On 6 January 2013, it was reported Perišić transferred for €8 million to VfL Wolfsburg. He scored his first goal for Wolfsburg in a friendly match against Standard Liège on 10 January. He made his competitive debut for Wolfsburg against VfB Stuttgart on 19 January 2013. In March, he suffered a left knee injury that sidelined him throughout March and April. He made his comeback in May in the match against Hamburger SV, coming on as a substitute and providing an assist. On 11 May 2013, he faced his former club Borussia Dortmund, scoring two goals.

On 3 August 2013, Perišić scored his first cup goal for Wolfsburg in their 3–1 win against Karlsruher SC. On 26 October 2013, Perišić opened his goal scoring form in the 2013–14 season in their 3–0 win against Werder Bremen, also creating an assist on a goal. On matchday 30, he scored a brace in Wolfsburg's 4–1 home win against 1. FC Nürnberg. Perišić finished the season with ten league goals, second-best on the team behind fellow countryman Ivica Olić.

===Inter Milan===
On 30 August 2015, Perišić signed with Italian club Inter Milan on a five-year contract for a transfer fee of €16 million. He was presented on 10 September alongside Adem Ljajić, where he was assigned squad number 44, stating, "Inter were too big an opportunity to turn down."

====2015–16 season====
Perišić made his competitive debut for the club three days after signing, starting and playing 85 minutes in a 1–0 win against cross-city rivals Milan in the Derby della Madonnina. He opened his scoring account on 4 October in his fifth league appearance in the 1–1 away draw against Sampdoria, profiting from Mauro Icardi's assist, which was followed by another goal against Palermo two weeks later.

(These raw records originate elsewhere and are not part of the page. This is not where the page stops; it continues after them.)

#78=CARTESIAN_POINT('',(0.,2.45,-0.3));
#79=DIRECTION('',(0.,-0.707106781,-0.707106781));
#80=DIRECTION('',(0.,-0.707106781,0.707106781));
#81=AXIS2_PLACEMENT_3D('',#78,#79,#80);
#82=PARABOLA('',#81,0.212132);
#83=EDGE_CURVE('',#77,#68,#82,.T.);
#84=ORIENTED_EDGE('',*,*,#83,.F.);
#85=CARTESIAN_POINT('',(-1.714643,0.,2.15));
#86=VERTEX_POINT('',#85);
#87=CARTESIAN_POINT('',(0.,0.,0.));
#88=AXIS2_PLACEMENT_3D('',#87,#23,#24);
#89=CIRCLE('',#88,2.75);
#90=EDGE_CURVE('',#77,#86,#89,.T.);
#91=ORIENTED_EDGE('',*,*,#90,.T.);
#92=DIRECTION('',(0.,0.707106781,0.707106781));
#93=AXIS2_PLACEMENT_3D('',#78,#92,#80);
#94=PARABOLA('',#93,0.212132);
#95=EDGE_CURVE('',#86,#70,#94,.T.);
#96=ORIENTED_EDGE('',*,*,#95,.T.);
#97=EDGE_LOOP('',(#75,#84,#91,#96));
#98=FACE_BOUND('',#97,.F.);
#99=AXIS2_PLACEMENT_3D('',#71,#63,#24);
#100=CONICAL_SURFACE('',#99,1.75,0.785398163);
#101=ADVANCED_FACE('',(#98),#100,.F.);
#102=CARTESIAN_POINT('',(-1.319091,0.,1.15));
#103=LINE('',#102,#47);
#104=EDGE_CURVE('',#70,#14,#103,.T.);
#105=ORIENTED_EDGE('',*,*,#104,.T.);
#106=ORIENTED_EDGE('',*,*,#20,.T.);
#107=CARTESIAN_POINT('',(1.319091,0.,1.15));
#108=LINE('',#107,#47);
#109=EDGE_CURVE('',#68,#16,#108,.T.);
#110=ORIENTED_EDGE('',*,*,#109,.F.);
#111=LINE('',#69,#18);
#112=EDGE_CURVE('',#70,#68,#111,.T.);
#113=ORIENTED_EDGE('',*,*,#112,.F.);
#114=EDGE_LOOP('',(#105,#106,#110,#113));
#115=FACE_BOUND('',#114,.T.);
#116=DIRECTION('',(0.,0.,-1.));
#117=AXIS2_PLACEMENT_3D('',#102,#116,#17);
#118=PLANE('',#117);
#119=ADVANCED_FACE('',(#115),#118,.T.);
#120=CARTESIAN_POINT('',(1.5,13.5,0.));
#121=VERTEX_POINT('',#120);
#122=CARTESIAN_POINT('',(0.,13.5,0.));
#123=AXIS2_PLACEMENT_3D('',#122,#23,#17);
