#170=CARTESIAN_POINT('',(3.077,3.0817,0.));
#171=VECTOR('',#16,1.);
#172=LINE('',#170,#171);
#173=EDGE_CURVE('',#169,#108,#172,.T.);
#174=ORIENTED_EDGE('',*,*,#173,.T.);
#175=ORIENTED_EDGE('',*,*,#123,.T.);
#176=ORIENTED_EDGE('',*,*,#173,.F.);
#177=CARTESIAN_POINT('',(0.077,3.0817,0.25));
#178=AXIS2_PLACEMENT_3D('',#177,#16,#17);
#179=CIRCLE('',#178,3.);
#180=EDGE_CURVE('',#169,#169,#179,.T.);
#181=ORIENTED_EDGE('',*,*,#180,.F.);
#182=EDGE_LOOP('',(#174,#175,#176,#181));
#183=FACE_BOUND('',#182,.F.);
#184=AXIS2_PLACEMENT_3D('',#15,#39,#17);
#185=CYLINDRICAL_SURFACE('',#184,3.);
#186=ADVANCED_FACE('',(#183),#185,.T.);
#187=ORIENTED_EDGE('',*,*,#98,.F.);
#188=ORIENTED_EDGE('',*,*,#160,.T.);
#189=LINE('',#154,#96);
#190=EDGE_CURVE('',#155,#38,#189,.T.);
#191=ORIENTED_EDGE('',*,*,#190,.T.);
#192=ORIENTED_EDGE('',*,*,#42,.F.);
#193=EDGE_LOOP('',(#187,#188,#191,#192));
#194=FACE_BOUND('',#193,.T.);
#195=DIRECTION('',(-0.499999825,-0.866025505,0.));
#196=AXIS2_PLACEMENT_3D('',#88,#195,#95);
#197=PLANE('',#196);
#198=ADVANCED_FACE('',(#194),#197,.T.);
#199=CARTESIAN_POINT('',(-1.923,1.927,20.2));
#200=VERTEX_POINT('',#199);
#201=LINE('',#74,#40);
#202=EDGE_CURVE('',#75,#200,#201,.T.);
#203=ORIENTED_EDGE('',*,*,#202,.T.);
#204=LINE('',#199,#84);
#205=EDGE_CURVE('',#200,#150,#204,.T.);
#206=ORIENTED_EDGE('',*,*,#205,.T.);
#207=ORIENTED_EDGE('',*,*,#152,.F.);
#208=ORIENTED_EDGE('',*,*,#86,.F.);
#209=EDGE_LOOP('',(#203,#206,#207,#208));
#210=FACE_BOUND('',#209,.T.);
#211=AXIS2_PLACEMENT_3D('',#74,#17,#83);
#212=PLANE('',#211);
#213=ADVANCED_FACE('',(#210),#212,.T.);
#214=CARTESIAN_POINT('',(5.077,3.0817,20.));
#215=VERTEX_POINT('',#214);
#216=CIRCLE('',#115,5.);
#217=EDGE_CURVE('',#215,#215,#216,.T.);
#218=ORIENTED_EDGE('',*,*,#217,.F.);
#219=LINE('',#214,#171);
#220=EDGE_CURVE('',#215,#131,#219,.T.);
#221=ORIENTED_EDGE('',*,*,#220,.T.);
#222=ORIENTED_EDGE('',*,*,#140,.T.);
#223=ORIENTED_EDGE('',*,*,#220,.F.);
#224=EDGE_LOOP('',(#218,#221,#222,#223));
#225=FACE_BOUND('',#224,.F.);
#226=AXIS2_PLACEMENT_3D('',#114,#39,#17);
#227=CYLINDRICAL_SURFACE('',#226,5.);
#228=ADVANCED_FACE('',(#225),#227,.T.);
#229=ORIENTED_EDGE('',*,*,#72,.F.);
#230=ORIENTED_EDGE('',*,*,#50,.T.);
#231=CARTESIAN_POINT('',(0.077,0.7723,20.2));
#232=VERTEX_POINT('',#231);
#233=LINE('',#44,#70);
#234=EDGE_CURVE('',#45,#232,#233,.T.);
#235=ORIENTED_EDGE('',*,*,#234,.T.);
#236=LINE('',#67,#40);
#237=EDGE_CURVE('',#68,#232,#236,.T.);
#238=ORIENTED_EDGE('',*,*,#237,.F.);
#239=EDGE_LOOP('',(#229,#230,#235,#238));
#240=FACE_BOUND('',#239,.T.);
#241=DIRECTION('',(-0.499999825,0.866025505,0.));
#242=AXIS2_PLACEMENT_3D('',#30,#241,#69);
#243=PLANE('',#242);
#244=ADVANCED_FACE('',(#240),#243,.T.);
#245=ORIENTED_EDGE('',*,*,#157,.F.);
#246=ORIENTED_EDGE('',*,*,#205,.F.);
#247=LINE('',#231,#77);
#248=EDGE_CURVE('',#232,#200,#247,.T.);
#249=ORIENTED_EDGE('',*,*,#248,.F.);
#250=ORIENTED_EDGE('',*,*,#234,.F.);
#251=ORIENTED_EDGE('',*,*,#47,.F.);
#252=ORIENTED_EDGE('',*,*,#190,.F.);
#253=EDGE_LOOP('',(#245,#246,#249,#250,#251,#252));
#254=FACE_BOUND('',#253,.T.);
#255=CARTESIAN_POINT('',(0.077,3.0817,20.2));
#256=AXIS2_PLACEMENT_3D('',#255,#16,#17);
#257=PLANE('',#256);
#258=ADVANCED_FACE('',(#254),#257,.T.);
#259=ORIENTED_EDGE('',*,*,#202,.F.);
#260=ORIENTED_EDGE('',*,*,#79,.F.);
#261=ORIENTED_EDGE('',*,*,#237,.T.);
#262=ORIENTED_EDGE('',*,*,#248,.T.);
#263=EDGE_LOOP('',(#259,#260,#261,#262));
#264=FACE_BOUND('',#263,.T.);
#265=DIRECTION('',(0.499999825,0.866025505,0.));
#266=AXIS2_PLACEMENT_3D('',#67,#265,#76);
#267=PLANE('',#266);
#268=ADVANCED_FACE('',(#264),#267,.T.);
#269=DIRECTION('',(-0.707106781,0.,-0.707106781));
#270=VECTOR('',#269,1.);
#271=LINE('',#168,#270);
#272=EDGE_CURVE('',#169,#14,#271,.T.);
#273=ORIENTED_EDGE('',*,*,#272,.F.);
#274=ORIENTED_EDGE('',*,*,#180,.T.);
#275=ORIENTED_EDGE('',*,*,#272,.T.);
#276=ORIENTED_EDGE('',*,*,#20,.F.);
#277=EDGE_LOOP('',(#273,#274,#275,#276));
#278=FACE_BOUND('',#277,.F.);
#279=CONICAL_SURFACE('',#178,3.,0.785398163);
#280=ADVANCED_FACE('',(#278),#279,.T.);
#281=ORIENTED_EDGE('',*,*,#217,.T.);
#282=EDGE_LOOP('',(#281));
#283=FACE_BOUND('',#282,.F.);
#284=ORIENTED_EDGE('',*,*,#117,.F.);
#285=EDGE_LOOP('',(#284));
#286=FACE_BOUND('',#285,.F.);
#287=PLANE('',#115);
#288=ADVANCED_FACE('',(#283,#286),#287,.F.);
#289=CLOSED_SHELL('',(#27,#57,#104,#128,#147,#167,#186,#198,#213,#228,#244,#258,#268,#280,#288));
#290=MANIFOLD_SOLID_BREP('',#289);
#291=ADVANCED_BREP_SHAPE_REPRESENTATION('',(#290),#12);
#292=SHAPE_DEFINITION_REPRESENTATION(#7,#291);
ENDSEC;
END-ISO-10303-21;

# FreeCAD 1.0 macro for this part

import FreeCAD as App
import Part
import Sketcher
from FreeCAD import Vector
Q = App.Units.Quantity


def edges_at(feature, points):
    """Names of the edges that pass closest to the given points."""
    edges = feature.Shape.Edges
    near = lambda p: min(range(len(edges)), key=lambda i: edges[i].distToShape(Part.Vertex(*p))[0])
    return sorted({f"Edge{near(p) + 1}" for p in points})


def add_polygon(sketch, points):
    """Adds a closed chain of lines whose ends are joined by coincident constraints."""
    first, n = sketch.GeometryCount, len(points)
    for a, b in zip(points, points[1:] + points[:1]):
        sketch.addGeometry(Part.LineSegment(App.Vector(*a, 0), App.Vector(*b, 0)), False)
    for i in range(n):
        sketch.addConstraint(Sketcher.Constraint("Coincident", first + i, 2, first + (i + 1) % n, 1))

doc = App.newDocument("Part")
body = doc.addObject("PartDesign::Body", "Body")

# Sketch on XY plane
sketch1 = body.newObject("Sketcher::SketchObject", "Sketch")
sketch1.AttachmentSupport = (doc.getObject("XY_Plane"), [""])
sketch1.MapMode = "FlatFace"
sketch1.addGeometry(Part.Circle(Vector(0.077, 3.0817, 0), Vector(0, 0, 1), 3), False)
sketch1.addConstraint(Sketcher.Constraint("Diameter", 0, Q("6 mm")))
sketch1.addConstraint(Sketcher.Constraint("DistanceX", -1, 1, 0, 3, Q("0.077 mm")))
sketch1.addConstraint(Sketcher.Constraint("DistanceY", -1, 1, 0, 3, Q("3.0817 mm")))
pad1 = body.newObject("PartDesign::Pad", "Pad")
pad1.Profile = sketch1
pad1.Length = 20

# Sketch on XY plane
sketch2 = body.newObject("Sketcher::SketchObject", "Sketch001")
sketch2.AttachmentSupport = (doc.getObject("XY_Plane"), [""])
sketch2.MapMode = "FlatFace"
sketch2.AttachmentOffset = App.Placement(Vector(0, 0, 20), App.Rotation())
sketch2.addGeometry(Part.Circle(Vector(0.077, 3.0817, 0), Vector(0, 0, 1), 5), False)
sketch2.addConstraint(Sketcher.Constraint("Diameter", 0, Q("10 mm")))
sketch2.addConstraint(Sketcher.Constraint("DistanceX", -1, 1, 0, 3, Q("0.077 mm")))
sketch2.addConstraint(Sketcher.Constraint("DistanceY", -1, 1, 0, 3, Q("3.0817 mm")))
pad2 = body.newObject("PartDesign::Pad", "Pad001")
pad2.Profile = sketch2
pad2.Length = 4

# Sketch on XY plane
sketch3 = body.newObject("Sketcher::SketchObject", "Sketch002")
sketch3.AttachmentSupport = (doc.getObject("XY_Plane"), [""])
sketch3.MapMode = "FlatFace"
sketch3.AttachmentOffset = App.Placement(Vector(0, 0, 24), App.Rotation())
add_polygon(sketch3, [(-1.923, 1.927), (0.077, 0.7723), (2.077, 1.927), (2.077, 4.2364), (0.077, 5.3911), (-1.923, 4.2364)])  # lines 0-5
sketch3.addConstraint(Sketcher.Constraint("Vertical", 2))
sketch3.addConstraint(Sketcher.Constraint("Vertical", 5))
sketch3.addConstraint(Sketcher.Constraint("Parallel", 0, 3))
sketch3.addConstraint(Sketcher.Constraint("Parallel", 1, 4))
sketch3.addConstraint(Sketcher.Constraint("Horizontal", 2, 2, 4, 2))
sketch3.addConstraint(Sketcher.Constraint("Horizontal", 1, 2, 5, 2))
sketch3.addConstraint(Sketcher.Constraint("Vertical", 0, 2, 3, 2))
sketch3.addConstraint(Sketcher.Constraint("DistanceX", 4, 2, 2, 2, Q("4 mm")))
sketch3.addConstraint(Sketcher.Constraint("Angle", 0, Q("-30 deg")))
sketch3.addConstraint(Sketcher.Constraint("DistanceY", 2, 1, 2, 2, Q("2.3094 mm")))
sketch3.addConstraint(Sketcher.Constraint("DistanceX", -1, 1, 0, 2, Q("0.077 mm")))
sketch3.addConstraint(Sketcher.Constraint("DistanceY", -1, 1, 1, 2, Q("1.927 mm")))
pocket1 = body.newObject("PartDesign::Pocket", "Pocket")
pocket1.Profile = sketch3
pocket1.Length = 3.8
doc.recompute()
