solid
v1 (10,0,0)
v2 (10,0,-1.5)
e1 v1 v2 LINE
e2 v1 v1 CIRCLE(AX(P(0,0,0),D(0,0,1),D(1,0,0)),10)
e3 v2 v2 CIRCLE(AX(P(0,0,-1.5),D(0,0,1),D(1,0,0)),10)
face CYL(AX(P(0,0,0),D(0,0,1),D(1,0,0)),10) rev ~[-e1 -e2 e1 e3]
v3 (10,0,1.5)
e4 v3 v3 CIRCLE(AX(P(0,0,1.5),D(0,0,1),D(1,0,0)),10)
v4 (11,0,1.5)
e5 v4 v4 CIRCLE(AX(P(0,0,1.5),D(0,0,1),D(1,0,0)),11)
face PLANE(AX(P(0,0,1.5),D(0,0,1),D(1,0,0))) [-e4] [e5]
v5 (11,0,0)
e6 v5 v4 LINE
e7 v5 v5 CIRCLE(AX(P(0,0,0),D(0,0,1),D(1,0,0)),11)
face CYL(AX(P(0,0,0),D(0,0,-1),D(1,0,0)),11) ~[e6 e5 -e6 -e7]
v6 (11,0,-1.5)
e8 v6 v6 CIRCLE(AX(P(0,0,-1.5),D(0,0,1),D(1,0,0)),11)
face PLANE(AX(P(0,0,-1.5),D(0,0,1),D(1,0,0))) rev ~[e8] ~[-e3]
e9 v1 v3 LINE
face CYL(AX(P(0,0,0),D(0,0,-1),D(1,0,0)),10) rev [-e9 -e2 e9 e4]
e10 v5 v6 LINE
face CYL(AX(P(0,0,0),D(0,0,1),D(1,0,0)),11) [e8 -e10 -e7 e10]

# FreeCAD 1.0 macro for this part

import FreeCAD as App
import Part
import Sketcher
from FreeCAD import Vector

doc = App.newDocument("Part")
params = doc.addObject("Spreadsheet::Sheet", "Params")
for row, (alias, value) in enumerate([
    ("sketch1_diameter", "22 mm"),
    ("sketch1_diameter2", "20 mm"),
    ("pad1_length", "3 mm"),
], start=1):
    params.set(f"A{row}", alias)
    params.set(f"B{row}", "=" + value)
    params.setAlias(f"B{row}", alias)

body = doc.addObject("PartDesign::Body", "Body")

# Sketch on XY plane
sketch1 = body.newObject("Sketcher::SketchObject", "Sketch")
sketch1.AttachmentSupport = (doc.getObject("XY_Plane"), [""])
sketch1.MapMode = "FlatFace"
sketch1.addGeometry([
    Part.Circle(Vector(0, 0, 0), Vector(0, 0, 1), 11),
    Part.Circle(Vector(0, 0, 0), Vector(0, 0, 1), 10),
], False)
sketch1.addConstraint([
    Sketcher.Constraint("Coincident", 0, 3, -1, 1),
    Sketcher.Constraint("Coincident", 1, 3, -1, 1),
    Sketcher.Constraint("Diameter", 0, 22.0),
    Sketcher.Constraint("Diameter", 1, 20.0),
])
sketch1.setExpression("Constraints[2]", "Params.sketch1_diameter")
sketch1.setExpression("Constraints[3]", "Params.sketch1_diameter2")
pad1 = body.newObject("PartDesign::Pad", "Pad")
pad1.Profile = sketch1
pad1.setExpression("Length", "Params.pad1_length")
pad1.Midplane = True

doc.recompute()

On 15 December, Perišić made his Coppa Italia debut in the round of 16 match against Cagliari at home, appearing as a second-half substitute and scoring the team's third goal of the match in an eventual 3–0 win. He began 2016 on 6 January in the match away against Empoli; his cross from close range was finished home by Icardi for the only goal of the match, which kept Inter top to the table. On 7 February, during the match against Hellas Verona, Perišić came on as a 46th-minute substitute to change the fate of the match, providing an assist for Icardi and also scoring for himself to level the result 3–3, rescuing a point for his side.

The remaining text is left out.